By David Passarella, Partner
This Red Dot decision emphasises the importance of expert land valuers clearly articulating the reasoning and analysis behind their exercise in professional judgment in valuing land.
In our view, the important lessons to take away from this case relate to the style and content of written expert valuation evidence and include the following:
|(a)||a valuer’s expert valuation report in contested proceedings needs to be robust, transparent, clearly articulated and contain a ‘flow of reasoning’ to support the valuer’s exercise of professional judgment in assessing the value of land;|
|(b)||a greater level of analysis is generally required in valuation reports in relation to the assessment of the ‘highest and best’ use of land and should include details of what town planning considerations (if any) or other factors have been taken into account; and|
|(c)||a valuer needs to be able to clearly articulate the underlying basis for their judgment concerning sale rates of comparable sales and include the following information in their valuation report:|
|(i)||the time, size, location, attributes and other relevant factors that have led to the chosen value;|
|(ii)||an explanation of why one site or location is superior to another;|
|(iii)||an identification of the particular market conditions or trends that have been relied upon; and|
|(iv)||an explanation of why the valuer has chosen a particular quantum for a particular adjustment (on an individual adjustment basis, rather than bundled together).|
This case is also a reminder of the Tribunal’s ‘guiding principles’ in valuation proceedings, namely:
|(a)||that it is not the role of the Tribunal to undertake its own valuation of the land in question, although it does have a greater degree of latitude in using its expert skill and knowledge in the review of a valuation than would a Court; and|
|(b)||that the Tribunal also has a greater degree of latitude in using its expert skill and knowledge to correct, complete or reconcile defective or incomplete evidence in order to reach an appropriate valuation outcome.|
This case concerned the determination of the site value of the Calder Park Raceway located at 377-877 Calder Fwy, Calder Park (Site). As at 1 January 2012, the valuation authority, Brimbank City Council (Council) assessed value of the Site at $22.82mil. This valuation was then included in a 2013 Land Tax Assessment Notice. Calder Park Raceway Pty Ltd (Calder Park), being the owner of the Site, appealed the site value to VCAT pursuant to Section 22(1) of the Valuation of Land Act 1960 on the basis that the Site should be valued at $7.9mil. By the time of the VCAT Hearing, Calder Park contended for a site value of $5.95mil and Council contended for a site value of $22.75mil.

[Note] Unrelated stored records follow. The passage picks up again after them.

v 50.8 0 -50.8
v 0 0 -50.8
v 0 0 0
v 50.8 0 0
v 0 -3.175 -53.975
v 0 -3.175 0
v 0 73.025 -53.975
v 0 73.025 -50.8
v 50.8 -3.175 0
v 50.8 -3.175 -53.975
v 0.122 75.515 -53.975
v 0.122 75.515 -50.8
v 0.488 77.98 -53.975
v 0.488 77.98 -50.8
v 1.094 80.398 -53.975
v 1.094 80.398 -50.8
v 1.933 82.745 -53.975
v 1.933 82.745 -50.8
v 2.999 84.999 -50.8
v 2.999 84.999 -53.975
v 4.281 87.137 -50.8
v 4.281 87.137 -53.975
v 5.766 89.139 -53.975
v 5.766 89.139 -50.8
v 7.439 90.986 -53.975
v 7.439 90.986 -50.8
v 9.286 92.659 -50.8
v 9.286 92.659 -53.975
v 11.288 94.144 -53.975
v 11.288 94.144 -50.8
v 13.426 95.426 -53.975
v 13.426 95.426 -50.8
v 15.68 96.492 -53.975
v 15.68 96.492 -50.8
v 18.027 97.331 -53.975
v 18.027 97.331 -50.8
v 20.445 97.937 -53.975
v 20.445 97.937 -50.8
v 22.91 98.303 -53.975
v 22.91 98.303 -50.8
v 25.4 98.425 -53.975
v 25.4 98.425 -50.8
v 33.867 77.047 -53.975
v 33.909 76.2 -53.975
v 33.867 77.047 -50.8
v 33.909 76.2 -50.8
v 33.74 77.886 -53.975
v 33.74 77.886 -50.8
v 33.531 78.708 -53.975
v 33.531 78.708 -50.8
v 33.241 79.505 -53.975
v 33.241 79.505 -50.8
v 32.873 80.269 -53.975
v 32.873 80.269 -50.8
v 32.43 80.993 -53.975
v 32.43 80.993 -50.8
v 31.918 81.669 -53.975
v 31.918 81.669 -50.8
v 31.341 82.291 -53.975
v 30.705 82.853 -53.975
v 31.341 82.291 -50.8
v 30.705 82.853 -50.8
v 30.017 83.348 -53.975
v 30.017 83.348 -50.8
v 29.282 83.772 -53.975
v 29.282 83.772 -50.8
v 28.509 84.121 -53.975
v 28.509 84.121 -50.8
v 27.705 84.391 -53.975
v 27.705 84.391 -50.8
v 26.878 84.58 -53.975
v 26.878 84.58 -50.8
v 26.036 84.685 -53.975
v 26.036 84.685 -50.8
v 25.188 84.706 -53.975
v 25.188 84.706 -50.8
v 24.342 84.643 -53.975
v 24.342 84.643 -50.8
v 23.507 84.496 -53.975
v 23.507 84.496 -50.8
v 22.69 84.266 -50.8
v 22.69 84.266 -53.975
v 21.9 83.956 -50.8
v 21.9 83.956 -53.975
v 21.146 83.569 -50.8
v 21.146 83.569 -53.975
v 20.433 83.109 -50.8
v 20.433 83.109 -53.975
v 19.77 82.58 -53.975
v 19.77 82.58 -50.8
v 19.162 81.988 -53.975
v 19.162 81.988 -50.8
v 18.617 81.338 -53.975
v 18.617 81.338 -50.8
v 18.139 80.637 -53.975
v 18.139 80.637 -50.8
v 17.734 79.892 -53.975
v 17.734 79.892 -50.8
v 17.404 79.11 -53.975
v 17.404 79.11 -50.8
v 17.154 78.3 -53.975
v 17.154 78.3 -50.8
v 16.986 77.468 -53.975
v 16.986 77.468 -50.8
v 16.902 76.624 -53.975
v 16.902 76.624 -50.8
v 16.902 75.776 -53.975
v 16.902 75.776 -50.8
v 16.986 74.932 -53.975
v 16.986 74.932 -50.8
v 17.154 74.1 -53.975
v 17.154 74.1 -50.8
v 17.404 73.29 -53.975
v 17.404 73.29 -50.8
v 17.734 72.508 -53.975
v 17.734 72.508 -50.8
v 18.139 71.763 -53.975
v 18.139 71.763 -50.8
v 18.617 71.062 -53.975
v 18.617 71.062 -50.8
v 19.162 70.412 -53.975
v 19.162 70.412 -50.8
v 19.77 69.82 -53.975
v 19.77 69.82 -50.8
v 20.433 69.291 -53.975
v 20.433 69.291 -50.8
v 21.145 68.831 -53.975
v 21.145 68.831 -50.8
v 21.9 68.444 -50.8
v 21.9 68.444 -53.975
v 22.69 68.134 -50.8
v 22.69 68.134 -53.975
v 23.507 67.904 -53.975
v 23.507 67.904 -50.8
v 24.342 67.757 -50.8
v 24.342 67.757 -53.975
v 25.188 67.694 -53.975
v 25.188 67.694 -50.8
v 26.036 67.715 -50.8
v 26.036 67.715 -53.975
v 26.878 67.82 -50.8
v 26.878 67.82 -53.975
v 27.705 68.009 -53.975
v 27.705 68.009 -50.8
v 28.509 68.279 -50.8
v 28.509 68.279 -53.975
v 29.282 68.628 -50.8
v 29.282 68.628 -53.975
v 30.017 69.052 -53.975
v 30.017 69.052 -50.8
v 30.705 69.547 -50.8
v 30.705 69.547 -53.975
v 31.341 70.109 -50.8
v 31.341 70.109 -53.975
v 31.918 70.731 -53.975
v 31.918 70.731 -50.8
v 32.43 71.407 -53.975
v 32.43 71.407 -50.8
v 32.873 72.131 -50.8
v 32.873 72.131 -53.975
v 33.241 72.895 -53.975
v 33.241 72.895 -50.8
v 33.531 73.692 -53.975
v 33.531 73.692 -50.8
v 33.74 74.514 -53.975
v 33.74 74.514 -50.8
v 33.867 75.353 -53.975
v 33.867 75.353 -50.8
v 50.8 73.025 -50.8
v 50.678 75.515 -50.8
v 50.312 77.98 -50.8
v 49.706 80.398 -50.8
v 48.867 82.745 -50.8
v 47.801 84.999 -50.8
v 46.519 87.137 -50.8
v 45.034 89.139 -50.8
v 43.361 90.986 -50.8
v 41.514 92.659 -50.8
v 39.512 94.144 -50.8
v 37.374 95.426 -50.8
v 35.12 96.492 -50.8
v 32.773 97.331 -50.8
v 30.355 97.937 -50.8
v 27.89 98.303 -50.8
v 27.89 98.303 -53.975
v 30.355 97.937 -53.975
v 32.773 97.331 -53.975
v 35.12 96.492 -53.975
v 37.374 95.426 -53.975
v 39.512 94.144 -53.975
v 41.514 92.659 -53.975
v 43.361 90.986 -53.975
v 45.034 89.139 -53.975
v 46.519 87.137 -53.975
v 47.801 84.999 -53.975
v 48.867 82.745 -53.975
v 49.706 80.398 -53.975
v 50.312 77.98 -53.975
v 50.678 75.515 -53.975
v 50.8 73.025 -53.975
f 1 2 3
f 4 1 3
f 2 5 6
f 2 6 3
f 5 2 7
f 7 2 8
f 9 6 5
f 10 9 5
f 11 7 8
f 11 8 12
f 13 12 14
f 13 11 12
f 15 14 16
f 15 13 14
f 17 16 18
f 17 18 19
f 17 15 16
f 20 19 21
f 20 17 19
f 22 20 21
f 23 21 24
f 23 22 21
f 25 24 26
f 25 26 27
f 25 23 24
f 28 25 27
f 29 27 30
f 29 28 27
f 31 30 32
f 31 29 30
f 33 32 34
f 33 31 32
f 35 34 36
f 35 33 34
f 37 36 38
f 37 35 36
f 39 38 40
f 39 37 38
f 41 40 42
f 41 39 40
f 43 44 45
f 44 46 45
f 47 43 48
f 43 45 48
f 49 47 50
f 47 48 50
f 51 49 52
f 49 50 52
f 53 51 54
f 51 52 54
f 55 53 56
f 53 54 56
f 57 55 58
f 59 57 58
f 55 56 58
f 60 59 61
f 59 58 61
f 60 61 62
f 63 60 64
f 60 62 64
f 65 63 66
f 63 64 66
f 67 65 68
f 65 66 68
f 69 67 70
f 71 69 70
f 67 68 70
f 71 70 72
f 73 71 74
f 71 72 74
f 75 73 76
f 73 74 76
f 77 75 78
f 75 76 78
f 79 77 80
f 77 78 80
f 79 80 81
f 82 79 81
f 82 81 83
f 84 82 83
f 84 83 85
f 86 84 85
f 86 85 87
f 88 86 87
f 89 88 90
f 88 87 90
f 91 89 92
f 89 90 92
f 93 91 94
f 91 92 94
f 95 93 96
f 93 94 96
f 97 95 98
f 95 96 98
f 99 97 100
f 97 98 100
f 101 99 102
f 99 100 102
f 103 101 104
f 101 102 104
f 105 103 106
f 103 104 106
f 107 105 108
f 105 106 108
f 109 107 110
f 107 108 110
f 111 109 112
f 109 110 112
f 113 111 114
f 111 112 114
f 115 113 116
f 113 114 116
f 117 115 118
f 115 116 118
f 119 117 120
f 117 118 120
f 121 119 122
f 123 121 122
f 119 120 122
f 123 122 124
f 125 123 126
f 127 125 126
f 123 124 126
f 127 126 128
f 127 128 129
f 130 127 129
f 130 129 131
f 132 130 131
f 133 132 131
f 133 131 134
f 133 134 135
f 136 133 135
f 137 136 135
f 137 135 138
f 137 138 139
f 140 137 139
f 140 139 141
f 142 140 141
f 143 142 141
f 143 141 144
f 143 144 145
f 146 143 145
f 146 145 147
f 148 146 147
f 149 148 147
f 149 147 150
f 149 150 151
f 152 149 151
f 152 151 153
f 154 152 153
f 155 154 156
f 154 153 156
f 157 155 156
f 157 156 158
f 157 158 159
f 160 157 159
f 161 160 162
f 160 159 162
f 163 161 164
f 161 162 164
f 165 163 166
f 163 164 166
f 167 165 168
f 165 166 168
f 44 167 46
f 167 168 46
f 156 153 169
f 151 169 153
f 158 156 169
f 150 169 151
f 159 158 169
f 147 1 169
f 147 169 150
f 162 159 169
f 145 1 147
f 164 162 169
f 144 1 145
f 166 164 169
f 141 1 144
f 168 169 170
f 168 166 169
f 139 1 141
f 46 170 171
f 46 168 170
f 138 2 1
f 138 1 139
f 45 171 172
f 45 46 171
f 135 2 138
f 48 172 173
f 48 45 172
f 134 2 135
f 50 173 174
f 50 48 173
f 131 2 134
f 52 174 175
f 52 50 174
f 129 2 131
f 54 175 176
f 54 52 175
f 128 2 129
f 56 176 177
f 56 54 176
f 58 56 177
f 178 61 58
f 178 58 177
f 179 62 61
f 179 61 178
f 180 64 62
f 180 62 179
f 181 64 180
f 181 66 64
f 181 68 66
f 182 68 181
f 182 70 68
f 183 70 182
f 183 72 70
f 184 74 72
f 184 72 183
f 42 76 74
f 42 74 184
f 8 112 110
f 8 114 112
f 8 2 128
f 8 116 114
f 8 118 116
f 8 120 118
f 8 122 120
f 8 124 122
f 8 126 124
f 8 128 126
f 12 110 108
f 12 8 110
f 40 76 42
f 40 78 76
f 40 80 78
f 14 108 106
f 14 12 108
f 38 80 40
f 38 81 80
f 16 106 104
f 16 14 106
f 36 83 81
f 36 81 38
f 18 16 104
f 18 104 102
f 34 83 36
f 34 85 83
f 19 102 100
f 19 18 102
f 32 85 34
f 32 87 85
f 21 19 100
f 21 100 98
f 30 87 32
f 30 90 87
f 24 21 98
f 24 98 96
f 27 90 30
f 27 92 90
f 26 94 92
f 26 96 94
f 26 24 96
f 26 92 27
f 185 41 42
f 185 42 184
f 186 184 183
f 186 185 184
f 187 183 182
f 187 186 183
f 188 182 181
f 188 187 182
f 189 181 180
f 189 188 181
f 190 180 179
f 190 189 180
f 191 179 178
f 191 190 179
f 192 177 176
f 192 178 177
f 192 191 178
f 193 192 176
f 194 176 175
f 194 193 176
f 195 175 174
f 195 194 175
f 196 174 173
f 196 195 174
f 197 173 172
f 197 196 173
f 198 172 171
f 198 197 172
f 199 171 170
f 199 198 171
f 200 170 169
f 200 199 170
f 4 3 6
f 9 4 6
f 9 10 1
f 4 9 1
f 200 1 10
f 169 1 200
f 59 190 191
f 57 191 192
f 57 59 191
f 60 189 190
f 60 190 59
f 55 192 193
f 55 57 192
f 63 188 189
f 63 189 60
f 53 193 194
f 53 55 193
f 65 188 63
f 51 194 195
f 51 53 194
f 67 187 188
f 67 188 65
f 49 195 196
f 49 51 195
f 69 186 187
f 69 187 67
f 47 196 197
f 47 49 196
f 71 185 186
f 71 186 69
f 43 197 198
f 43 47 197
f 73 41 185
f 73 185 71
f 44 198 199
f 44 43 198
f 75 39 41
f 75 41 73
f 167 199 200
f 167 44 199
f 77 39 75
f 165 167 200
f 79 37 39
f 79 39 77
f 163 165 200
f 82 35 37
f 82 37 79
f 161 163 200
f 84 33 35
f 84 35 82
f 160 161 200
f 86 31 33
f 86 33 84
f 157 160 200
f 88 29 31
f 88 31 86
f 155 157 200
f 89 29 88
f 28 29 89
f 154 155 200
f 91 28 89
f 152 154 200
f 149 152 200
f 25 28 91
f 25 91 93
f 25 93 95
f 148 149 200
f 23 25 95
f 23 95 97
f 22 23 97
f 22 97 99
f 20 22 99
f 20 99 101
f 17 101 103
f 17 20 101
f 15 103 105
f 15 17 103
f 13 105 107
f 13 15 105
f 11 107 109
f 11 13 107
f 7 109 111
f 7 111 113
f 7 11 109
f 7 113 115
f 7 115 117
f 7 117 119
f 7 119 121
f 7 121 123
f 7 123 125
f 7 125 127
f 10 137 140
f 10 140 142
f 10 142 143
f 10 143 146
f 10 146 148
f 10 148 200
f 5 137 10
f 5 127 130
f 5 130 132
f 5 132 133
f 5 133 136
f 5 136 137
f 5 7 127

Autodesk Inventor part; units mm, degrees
ref_plane "YZ Plane" through (0, 0, 0) normal (1, 0, 0) x (0, 1, 0)
ref_plane "XZ Plane" through (0, 0, 0) normal (0, 1, 0) x (-1, 0, 0)
ref_plane "XY Plane" through (0, 0, 0) normal (0, 0, 1) x (1, 0, 0)
sketch "Sketch1" plane through (0, 0, 0) normal (1, 0, 0) x (0, 1, 0)
  line L0 (0, 0) -> (-3.175, 0)
  line L1 (-3.175, 0) -> (-3.175, -50.8)
  line L2 (-3.175, -50.8) -> (0, -50.8)
  line L3 (0, -50.8) -> (0, 0)
  line L4 (-3.175, -50.8) -> (98.425, -50.8)
  line L5 (98.425, -50.8) -> (98.425, -53.975)
  line L6 (98.425, -53.975) -> (-3.175, -53.975)
  line L7 (-3.175, -53.975) -> (-3.175, -50.8)
  dimension "d0" = 3.175
  dimension "d1" = 50.8
  dimension "d2" = 101.6
  dimension "d3" = 3.175
extrude "Extrusion1" add sketch "Sketch1" along normal blind 50.8
sketch "Sketch2" plane through (0, 0, -50.8) normal (0, 0, 1) x (1, 0, 0)
  circle A0 centre (25.4, 76.2) radius 8.509
  line L0 (0, 98.425) -> (0, 0) projected
  line L1 (0, 0) -> (50.8, 0) projected
  dimension "d6" = 17.018
  dimension "d7" = 25.4
  dimension "d8" = 76.2
extrude "Extrusion2" cut sketch "Sketch2" against normal through all
fillet "Fillet1" radius 25.4 2 edges at (50.8, 98.425, -52.3875) (0, 98.425, -52.3875)
properties part number "L Connector Ramp" material "Aluminum 6061"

Given the complex and diverse nature of the landholding, the Tribunal found that the Site should be valued as ‘the sum of its parts’. In this regard, the Tribunal took a holistic view in assessing the site value, having regard to the Site’s distinct parcels and the relevant planning controls that applied to those parcels. In this case, the different parcels were subject to the Industrial 3 Zone, the Special Use Zone – Schedule 3 and the Urban Floodway Zone. The Tribunal undertook an assessment of ‘highest and best’ use with consideration of comparable sales, leading to a valuation of $10.85mil.